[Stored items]
────────────────

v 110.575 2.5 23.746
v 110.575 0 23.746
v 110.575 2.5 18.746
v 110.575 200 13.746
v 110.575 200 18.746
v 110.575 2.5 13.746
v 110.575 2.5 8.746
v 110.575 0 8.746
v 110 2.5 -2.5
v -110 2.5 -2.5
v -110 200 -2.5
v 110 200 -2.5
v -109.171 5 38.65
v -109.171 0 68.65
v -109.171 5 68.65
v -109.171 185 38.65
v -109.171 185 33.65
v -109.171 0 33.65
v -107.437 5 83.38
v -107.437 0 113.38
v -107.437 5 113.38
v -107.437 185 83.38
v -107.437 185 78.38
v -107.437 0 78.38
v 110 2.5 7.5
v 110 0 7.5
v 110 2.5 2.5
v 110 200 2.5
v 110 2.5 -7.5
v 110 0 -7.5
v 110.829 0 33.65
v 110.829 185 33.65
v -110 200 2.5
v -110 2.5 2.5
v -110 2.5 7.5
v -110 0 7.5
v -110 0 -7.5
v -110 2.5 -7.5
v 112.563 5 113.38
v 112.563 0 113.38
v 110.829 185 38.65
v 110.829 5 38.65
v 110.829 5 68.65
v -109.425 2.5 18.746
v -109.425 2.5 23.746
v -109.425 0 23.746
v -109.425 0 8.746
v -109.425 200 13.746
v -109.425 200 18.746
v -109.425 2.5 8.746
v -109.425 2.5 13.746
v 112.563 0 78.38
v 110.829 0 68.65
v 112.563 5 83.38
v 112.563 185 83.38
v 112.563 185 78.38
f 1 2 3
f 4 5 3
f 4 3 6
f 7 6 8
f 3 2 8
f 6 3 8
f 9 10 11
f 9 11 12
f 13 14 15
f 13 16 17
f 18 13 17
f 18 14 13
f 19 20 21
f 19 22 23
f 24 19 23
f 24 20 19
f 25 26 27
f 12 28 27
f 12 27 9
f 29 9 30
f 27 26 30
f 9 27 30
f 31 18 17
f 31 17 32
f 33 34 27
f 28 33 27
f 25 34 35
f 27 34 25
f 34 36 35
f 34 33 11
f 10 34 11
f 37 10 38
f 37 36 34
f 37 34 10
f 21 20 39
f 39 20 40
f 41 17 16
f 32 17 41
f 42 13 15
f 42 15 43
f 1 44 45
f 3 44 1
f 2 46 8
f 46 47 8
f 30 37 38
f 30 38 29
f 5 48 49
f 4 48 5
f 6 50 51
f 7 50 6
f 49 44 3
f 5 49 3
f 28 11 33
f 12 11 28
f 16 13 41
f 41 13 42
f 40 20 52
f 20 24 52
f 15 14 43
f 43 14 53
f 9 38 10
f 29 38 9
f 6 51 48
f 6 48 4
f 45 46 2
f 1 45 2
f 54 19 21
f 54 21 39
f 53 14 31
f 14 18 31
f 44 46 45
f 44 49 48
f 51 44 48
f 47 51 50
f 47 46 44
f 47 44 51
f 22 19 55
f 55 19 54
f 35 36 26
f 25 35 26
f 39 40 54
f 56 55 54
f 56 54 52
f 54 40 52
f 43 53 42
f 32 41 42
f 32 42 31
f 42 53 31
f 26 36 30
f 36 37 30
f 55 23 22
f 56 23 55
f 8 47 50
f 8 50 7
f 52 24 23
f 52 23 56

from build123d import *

# Parameters (mm, degrees)
SKETCH_1_W      = 220
SKETCH_1_H      = 5
EXTRUDE_1_DEPTH = 200
SKETCH_4_W      = 220
SKETCH_4_H      = 5
EXTRUDE_2_DEPTH = 200
SKETCH_5_W      = 220
SKETCH_5_H      = 5
EXTRUDE_3_DEPTH = 185
SKETCH_8_W      = 220
SKETCH_8_H      = 5
EXTRUDE_5_DEPTH = 185
SKETCH_9_W      = 220
SKETCH_9_H      = 30
EXTRUDE_6_DEPTH = 5
SKETCH_12_W     = 220
SKETCH_12_H     = 5
EXTRUDE_8_DEPTH = 2.5


with BuildPart() as part:
    # 草图1 → 凸台-拉伸1 (new body)
    with BuildSketch(Plane(origin=(0, 0, 0), x_dir=(1, 0, 0), z_dir=(0, 1, 0))):
        Rectangle(SKETCH_1_W, SKETCH_1_H)
    extrude(amount=EXTRUDE_1_DEPTH)



with BuildPart() as body_2:
    # 草图4 → 凸台-拉伸2 (new body)
    with BuildSketch(Plane(origin=(0, 0, 0), x_dir=(1, 0, 0), z_dir=(0, 1, 0))):
        with Locations((0.575234316, -16.245858739)):
            Rectangle(SKETCH_4_W, SKETCH_4_H)
    extrude(amount=EXTRUDE_2_DEPTH)


with BuildPart() as body_3:
    # 草图5 → 凸台-拉伸3 (new body)
    with BuildSketch(Plane(origin=(0, 0, 0), x_dir=(1, 0, 0), z_dir=(0, 1, 0))):
        with Locations((0.828556731, -36.149941631)):
            Rectangle(SKETCH_5_W, SKETCH_5_H)
    extrude(amount=EXTRUDE_3_DEPTH)



with BuildPart() as body_4:
    # 草图8 → 凸台-拉伸5 (new body)
    with BuildSketch(Plane(origin=(0, 0, 0), x_dir=(1, 0, 0), z_dir=(0, 1, 0))):
        with Locations((2.56272571, -80.880026671)):
            Rectangle(SKETCH_8_W, SKETCH_8_H)
    extrude(amount=EXTRUDE_5_DEPTH)


with BuildPart() as body_3_1:
    add(body_3.part)

    add(body_4.part)  # 凸台-拉伸6 merges body 4
    # 草图9 → 凸台-拉伸6 (add)
    with BuildSketch(Plane(origin=(0, 0, 0), x_dir=(1, 0, 0), z_dir=(0, 1, 0))):
        with Locations((0.828556731, -53.649941631)):
            Rectangle(SKETCH_9_W, SKETCH_9_H)
        with Locations((2.56272571, -98.380026671)):
            Rectangle(SKETCH_9_W, SKETCH_9_H)
    extrude(amount=EXTRUDE_6_DEPTH)


with BuildPart() as part_1:
    add(part.part)

    add(body_2.part)  # 凸台-拉伸8 merges body 2
    # 草图12 → 凸台-拉伸8 (add)
    with BuildSketch(Plane(origin=(0, 0, 0), x_dir=(1, 0, 0), z_dir=(0, 1, 0))):
        with Locations((0.575234316, -21.245858739)):
            Rectangle(SKETCH_12_W, SKETCH_12_H)
        with Locations((0.575234316, -11.245858739)):
            Rectangle(SKETCH_12_W, SKETCH_12_H)
        with Locations((0, -5)):
            Rectangle(SKETCH_12_W, SKETCH_12_H)
        with Locations((0, 5)):
            Rectangle(SKETCH_12_W, SKETCH_12_H)
    extrude(amount=EXTRUDE_8_DEPTH)


solid = Compound([body_3_1.part, part_1.part])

────────────────

HOW TO COMPLETE THIS TASK: Give back all of the entries exactly as written.

SOLUTION BELOW:
v 110.575 2.5 23.746
v 110.575 0 23.746
v 110.575 2.5 18.746
v 110.575 200 13.746
v 110.575 200 18.746
v 110.575 2.5 13.746
v 110.575 2.5 8.746
v 110.575 0 8.746
v 110 2.5 -2.5
v -110 2.5 -2.5
v -110 200 -2.5
v 110 200 -2.5
v -109.171 5 38.65
v -109.171 0 68.65
v -109.171 5 68.65
v -109.171 185 38.65
v -109.171 185 33.65
v -109.171 0 33.65
v -107.437 5 83.38
v -107.437 0 113.38
v -107.437 5 113.38
v -107.437 185 83.38
v -107.437 185 78.38
v -107.437 0 78.38
v 110 2.5 7.5
v 110 0 7.5
v 110 2.5 2.5
v 110 200 2.5
v 110 2.5 -7.5
v 110 0 -7.5
v 110.829 0 33.65
v 110.829 185 33.65
v -110 200 2.5
v -110 2.5 2.5
v -110 2.5 7.5
v -110 0 7.5
v -110 0 -7.5
v -110 2.5 -7.5
v 112.563 5 113.38
v 112.563 0 113.38
v 110.829 185 38.65
v 110.829 5 38.65
v 110.829 5 68.65
v -109.425 2.5 18.746
v -109.425 2.5 23.746
v -109.425 0 23.746
v -109.425 0 8.746
v -109.425 200 13.746
v -109.425 200 18.746
v -109.425 2.5 8.746
v -109.425 2.5 13.746
v 112.563 0 78.38
v 110.829 0 68.65
v 112.563 5 83.38
v 112.563 185 83.38
v 112.563 185 78.38
f 1 2 3
f 4 5 3
f 4 3 6
f 7 6 8
f 3 2 8
f 6 3 8
f 9 10 11
f 9 11 12
f 13 14 15
f 13 16 17
f 18 13 17
f 18 14 13
f 19 20 21
f 19 22 23
f 24 19 23
f 24 20 19
f 25 26 27
f 12 28 27
f 12 27 9
f 29 9 30
f 27 26 30
f 9 27 30
f 31 18 17
f 31 17 32
f 33 34 27
f 28 33 27
f 25 34 35
f 27 34 25
f 34 36 35
f 34 33 11
f 10 34 11
f 37 10 38
f 37 36 34
f 37 34 10
f 21 20 39
f 39 20 40
f 41 17 16
f 32 17 41
f 42 13 15
f 42 15 43
f 1 44 45
f 3 44 1
f 2 46 8
f 46 47 8
f 30 37 38
f 30 38 29
f 5 48 49
f 4 48 5
f 6 50 51
f 7 50 6
f 49 44 3
f 5 49 3
f 28 11 33
f 12 11 28
f 16 13 41
f 41 13 42
f 40 20 52
f 20 24 52
f 15 14 43
f 43 14 53
f 9 38 10
f 29 38 9
f 6 51 48
f 6 48 4
f 45 46 2
f 1 45 2
f 54 19 21
f 54 21 39
f 53 14 31
f 14 18 31
f 44 46 45
f 44 49 48
f 51 44 48
f 47 51 50
f 47 46 44
f 47 44 51
f 22 19 55
f 55 19 54
f 35 36 26
f 25 35 26
f 39 40 54
f 56 55 54
f 56 54 52
f 54 40 52
f 43 53 42
f 32 41 42
f 32 42 31
f 42 53 31
f 26 36 30
f 36 37 30
f 55 23 22
f 56 23 55
f 8 47 50
f 8 50 7
f 52 24 23
f 52 23 56

from build123d import *

# Parameters (mm, degrees)
SKETCH_1_W      = 220
SKETCH_1_H      = 5
EXTRUDE_1_DEPTH = 200
SKETCH_4_W      = 220
SKETCH_4_H      = 5
EXTRUDE_2_DEPTH = 200
SKETCH_5_W      = 220
SKETCH_5_H      = 5
EXTRUDE_3_DEPTH = 185
SKETCH_8_W      = 220
SKETCH_8_H      = 5
EXTRUDE_5_DEPTH = 185
SKETCH_9_W      = 220
SKETCH_9_H      = 30
EXTRUDE_6_DEPTH = 5
SKETCH_12_W     = 220
SKETCH_12_H     = 5
EXTRUDE_8_DEPTH = 2.5


with BuildPart() as part:
    # 草图1 → 凸台-拉伸1 (new body)
    with BuildSketch(Plane(origin=(0, 0, 0), x_dir=(1, 0, 0), z_dir=(0, 1, 0))):
        Rectangle(SKETCH_1_W, SKETCH_1_H)
    extrude(amount=EXTRUDE_1_DEPTH)



with BuildPart() as body_2:
    # 草图4 → 凸台-拉伸2 (new body)
    with BuildSketch(Plane(origin=(0, 0, 0), x_dir=(1, 0, 0), z_dir=(0, 1, 0))):
        with Locations((0.575234316, -16.245858739)):
            Rectangle(SKETCH_4_W, SKETCH_4_H)
    extrude(amount=EXTRUDE_2_DEPTH)


with BuildPart() as body_3:
    # 草图5 → 凸台-拉伸3 (new body)
    with BuildSketch(Plane(origin=(0, 0, 0), x_dir=(1, 0, 0), z_dir=(0, 1, 0))):
        with Locations((0.828556731, -36.149941631)):
            Rectangle(SKETCH_5_W, SKETCH_5_H)
    extrude(amount=EXTRUDE_3_DEPTH)



with BuildPart() as body_4:
    # 草图8 → 凸台-拉伸5 (new body)
    with BuildSketch(Plane(origin=(0, 0, 0), x_dir=(1, 0, 0), z_dir=(0, 1, 0))):
        with Locations((2.56272571, -80.880026671)):
            Rectangle(SKETCH_8_W, SKETCH_8_H)
    extrude(amount=EXTRUDE_5_DEPTH)


with BuildPart() as body_3_1:
    add(body_3.part)

    add(body_4.part)  # 凸台-拉伸6 merges body 4
    # 草图9 → 凸台-拉伸6 (add)
    with BuildSketch(Plane(origin=(0, 0, 0), x_dir=(1, 0, 0), z_dir=(0, 1, 0))):
        with Locations((0.828556731, -53.649941631)):
            Rectangle(SKETCH_9_W, SKETCH_9_H)
        with Locations((2.56272571, -98.380026671)):
            Rectangle(SKETCH_9_W, SKETCH_9_H)
    extrude(amount=EXTRUDE_6_DEPTH)


with BuildPart() as part_1:
    add(part.part)

    add(body_2.part)  # 凸台-拉伸8 merges body 2
    # 草图12 → 凸台-拉伸8 (add)
    with BuildSketch(Plane(origin=(0, 0, 0), x_dir=(1, 0, 0), z_dir=(0, 1, 0))):
        with Locations((0.575234316, -21.245858739)):
            Rectangle(SKETCH_12_W, SKETCH_12_H)
        with Locations((0.575234316, -11.245858739)):
            Rectangle(SKETCH_12_W, SKETCH_12_H)
        with Locations((0, -5)):
            Rectangle(SKETCH_12_W, SKETCH_12_H)
        with Locations((0, 5)):
            Rectangle(SKETCH_12_W, SKETCH_12_H)
    extrude(amount=EXTRUDE_8_DEPTH)


solid = Compound([body_3_1.part, part_1.part])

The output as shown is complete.